This video is a Berkeley Law Alumni Association virtual “book talk” that launches a new series featuring Berkeley Law faculty publications.
The host, Yury Kapgan (Quinn Emanuel partner; Berkeley Law ’01), introduces Dean Erwin Chemerinsky discussing his 2024 book “No Democracy Lasts Forever: How the Constitution Threatens the United States.”
What Chemerinsky argues (the core “about”)
Chemerinsky’s central claim is that the United States is facing a serious democratic legitimacy crisis, driven by (1) collapsing public trust in institutions and (2) extreme political polarization—and that several constitutional design choices amplify those problems.
Main points he covers
- Erosion of trust in government institutions
- He cites polling showing very low confidence/approval for the federal government, Congress, and the Supreme Court (used to frame the “democracy crisis” problem).
- Structural features of the Constitution that, in his view, undermine democratic equality
- Electoral College: He argues it’s anti-democratic and historically connected to slavery-era compromises; he highlights modern “popular vote vs. Electoral College” mismatches.
- U.S. Senate: Equal representation for states produces major “one person, one vote” distortions as population gaps have widened.

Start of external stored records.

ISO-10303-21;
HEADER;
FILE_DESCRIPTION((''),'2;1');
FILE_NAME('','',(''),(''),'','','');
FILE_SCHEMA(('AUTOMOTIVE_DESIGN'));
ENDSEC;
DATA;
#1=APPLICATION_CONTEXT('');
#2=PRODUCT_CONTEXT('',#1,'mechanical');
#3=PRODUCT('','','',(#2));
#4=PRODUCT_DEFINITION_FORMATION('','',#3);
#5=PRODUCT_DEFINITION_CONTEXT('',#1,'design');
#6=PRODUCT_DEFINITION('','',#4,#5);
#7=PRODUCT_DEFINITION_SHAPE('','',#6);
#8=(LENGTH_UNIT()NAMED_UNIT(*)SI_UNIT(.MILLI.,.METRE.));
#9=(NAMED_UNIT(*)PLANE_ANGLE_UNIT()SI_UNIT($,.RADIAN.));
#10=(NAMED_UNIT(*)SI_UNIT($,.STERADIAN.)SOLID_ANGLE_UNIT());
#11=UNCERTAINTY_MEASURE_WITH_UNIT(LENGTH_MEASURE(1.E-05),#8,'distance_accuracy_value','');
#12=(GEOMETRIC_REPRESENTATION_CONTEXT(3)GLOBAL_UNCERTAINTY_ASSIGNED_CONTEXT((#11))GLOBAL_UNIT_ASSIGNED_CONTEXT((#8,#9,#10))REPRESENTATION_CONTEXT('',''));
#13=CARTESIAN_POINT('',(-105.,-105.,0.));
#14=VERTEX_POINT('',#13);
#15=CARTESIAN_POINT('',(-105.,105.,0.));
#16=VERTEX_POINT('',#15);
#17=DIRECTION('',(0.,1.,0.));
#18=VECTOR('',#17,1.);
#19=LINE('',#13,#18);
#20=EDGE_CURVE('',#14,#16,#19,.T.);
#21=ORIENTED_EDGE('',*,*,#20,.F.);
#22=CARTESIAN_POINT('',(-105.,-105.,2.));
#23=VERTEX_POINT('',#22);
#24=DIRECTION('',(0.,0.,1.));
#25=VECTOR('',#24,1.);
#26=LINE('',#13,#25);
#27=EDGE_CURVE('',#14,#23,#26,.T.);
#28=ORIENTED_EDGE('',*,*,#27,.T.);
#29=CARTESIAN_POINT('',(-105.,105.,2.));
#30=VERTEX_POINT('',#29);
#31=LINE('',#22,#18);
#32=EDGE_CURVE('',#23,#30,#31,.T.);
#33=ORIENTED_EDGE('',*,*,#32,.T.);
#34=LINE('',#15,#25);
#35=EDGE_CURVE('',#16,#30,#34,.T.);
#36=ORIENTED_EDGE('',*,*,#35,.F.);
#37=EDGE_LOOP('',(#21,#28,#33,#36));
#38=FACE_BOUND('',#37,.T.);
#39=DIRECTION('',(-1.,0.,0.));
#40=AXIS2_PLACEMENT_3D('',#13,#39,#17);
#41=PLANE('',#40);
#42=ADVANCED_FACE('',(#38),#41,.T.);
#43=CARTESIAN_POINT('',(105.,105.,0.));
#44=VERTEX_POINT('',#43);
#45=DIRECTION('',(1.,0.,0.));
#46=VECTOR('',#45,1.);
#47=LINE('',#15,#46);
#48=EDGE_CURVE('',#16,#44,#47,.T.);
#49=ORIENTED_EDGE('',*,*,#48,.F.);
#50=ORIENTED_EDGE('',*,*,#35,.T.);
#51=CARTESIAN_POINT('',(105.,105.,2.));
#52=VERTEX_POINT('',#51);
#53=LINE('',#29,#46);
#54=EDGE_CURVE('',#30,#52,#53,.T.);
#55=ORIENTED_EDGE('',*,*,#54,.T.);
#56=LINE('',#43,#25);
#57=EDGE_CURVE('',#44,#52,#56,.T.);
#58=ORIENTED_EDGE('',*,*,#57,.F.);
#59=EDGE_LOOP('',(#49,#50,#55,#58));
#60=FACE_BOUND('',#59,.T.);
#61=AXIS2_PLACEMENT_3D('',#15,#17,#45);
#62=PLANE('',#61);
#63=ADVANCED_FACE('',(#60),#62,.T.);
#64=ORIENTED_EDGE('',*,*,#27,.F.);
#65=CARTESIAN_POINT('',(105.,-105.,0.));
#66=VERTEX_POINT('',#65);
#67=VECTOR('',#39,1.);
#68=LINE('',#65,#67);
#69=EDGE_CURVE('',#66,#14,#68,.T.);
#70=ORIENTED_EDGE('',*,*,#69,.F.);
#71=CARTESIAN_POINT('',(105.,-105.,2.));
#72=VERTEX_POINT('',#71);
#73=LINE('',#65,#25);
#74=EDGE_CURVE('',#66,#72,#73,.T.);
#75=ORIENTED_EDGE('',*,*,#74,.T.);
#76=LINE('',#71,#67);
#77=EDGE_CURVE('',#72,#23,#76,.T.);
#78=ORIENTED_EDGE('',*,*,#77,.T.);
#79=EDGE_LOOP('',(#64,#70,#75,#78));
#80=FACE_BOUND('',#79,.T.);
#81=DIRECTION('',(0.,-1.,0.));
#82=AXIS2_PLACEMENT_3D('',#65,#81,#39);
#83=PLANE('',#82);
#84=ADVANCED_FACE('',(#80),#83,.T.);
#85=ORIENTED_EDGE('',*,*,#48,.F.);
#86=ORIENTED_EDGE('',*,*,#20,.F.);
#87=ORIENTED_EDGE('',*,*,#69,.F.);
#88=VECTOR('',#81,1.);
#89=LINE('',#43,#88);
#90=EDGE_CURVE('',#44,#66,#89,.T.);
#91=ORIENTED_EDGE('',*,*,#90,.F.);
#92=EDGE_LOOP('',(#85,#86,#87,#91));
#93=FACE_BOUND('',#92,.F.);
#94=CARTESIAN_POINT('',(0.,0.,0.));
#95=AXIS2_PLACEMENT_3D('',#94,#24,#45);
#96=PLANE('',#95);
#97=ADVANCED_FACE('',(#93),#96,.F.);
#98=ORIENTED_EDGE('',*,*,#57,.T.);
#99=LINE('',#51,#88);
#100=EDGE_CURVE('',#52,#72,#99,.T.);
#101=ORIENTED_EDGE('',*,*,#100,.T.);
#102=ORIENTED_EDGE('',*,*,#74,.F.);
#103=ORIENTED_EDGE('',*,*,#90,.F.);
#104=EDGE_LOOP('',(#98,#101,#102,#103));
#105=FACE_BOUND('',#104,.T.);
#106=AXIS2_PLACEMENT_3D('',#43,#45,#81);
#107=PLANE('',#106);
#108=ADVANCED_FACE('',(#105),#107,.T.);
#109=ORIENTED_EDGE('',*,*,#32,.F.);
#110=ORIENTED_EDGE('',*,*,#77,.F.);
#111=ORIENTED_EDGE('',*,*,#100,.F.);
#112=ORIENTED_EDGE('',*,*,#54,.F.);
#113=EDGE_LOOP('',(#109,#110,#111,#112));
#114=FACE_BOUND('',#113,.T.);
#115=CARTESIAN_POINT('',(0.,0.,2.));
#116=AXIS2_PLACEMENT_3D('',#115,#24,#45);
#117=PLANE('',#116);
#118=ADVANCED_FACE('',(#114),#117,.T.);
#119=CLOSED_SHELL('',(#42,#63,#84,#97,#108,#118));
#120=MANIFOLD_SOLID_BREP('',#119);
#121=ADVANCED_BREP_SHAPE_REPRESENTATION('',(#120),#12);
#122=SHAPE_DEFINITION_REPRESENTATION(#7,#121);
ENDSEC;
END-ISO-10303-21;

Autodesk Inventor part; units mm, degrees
ref_plane "YZ Plane" through (0, 0, 0) normal (1, 0, 0) x (0, 1, 0)
ref_plane "XZ Plane" through (0, 0, 0) normal (0, 1, 0) x (-1, 0, 0)
ref_plane "XY Plane" through (0, 0, 0) normal (0, 0, 1) x (1, 0, 0)
sketch "Sketch2" plane through (0, 0, 0) normal (0, 0, 1) x (1, 0, 0)
  line L0 (-105, 105) -> (105, 105)
  line L1 (105, 105) -> (105, -105)
  line L2 (105, -105) -> (-105, -105)
  line L3 (-105, -105) -> (-105, 105)
  line L4 (-105, 105) -> (105, -105) construction
  line L5 (105, 105) -> (-105, -105) construction
  point P0 (0, 0)
  dimension "d11" = 210
extrude "Extrusion2" add sketch "Sketch2" along normal blind 2
properties part number "M10 - Base Rubber" material "Rubber"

- House of Representatives: He says it has become less representative due to partisan gerrymandering and because the size of the House has been frozen since the 1920s.
- Supreme Court: He criticizes life tenure as excessive, especially with longer life expectancy and younger appointments.
- Compounding modern developments
- Partisan gerrymandering enabled by modern data tools; he references Rucho v. Common Cause (2019) as limiting federal court remedies.
- Money in politics, especially Citizens United, and the growth of “dark money,” which he argues fuels cynicism and distrust.
- Race and slavery: He argues constitutional compromises that entrenched slavery have long-term effects that still shape inequality.
- Amendment difficulty (Article V): He argues it’s become so hard to amend the Constitution that needed reforms are blocked.
What he proposes as “fixes”
He emphasizes that many reforms could be statutory (not constitutional amendments), including:
- Reducing Electoral College distortion by ending winner-take-all allocation of electors (state practice) and moving toward proportional allocation.
- Requiring independent redistricting commissions for congressional districts.
- Expanding the House to improve representation (and indirectly reduce Electoral College skew).
- Stronger disclosure laws to combat dark money (he says disclosure has historically been upheld by the Court).
- Various measures to blunt the impact of Citizens United (e.g., restrictions tied to government contracting).
- Updating and strengthening the Voting Rights Act via legislation.
For changes he views as unlikely by amendment (like eliminating the Senate’s equal state representation), he’s blunt about feasibility. But he says one plausible constitutional amendment is:
- Supreme Court term limits, commonly proposed as 18-year nonrenewable terms, staggered to create regular vacancies.
He also floats, more speculatively, the long-term idea that the U.S. may someday need a new constitution, and discusses how such a process might be designed (nationally representative convention + public ratification).
The “update” portion (current events framing in the talk)
Late in the talk, he adds that if he were revising the book, he would discuss what he characterizes as unprecedented norm-breaking and constitutional conflict in the period after January 20 (he frames these as threats to constitutional democracy), and then he shifts to civic action: stay informed, get involved (ACLU/Common Cause/etc.), support litigation and institutions, speak out, and organize politically.
Q&A themes
In audience questions, he addresses:
- The role of lawyers and judges as “guardrails” via litigation.
- His criticism of limits on nationwide injunctions (discussed in connection with a birthright-citizenship-related case mentioned in the webinar).
- Whether Congress can end dark money (he says yes via disclosure).
- Whether SCOTUS term limits can be done by statute (he says likely not; prefers amendment).
- Whether to change the First Amendment for AI-era speech (he says the text is fine; interpretation could evolve).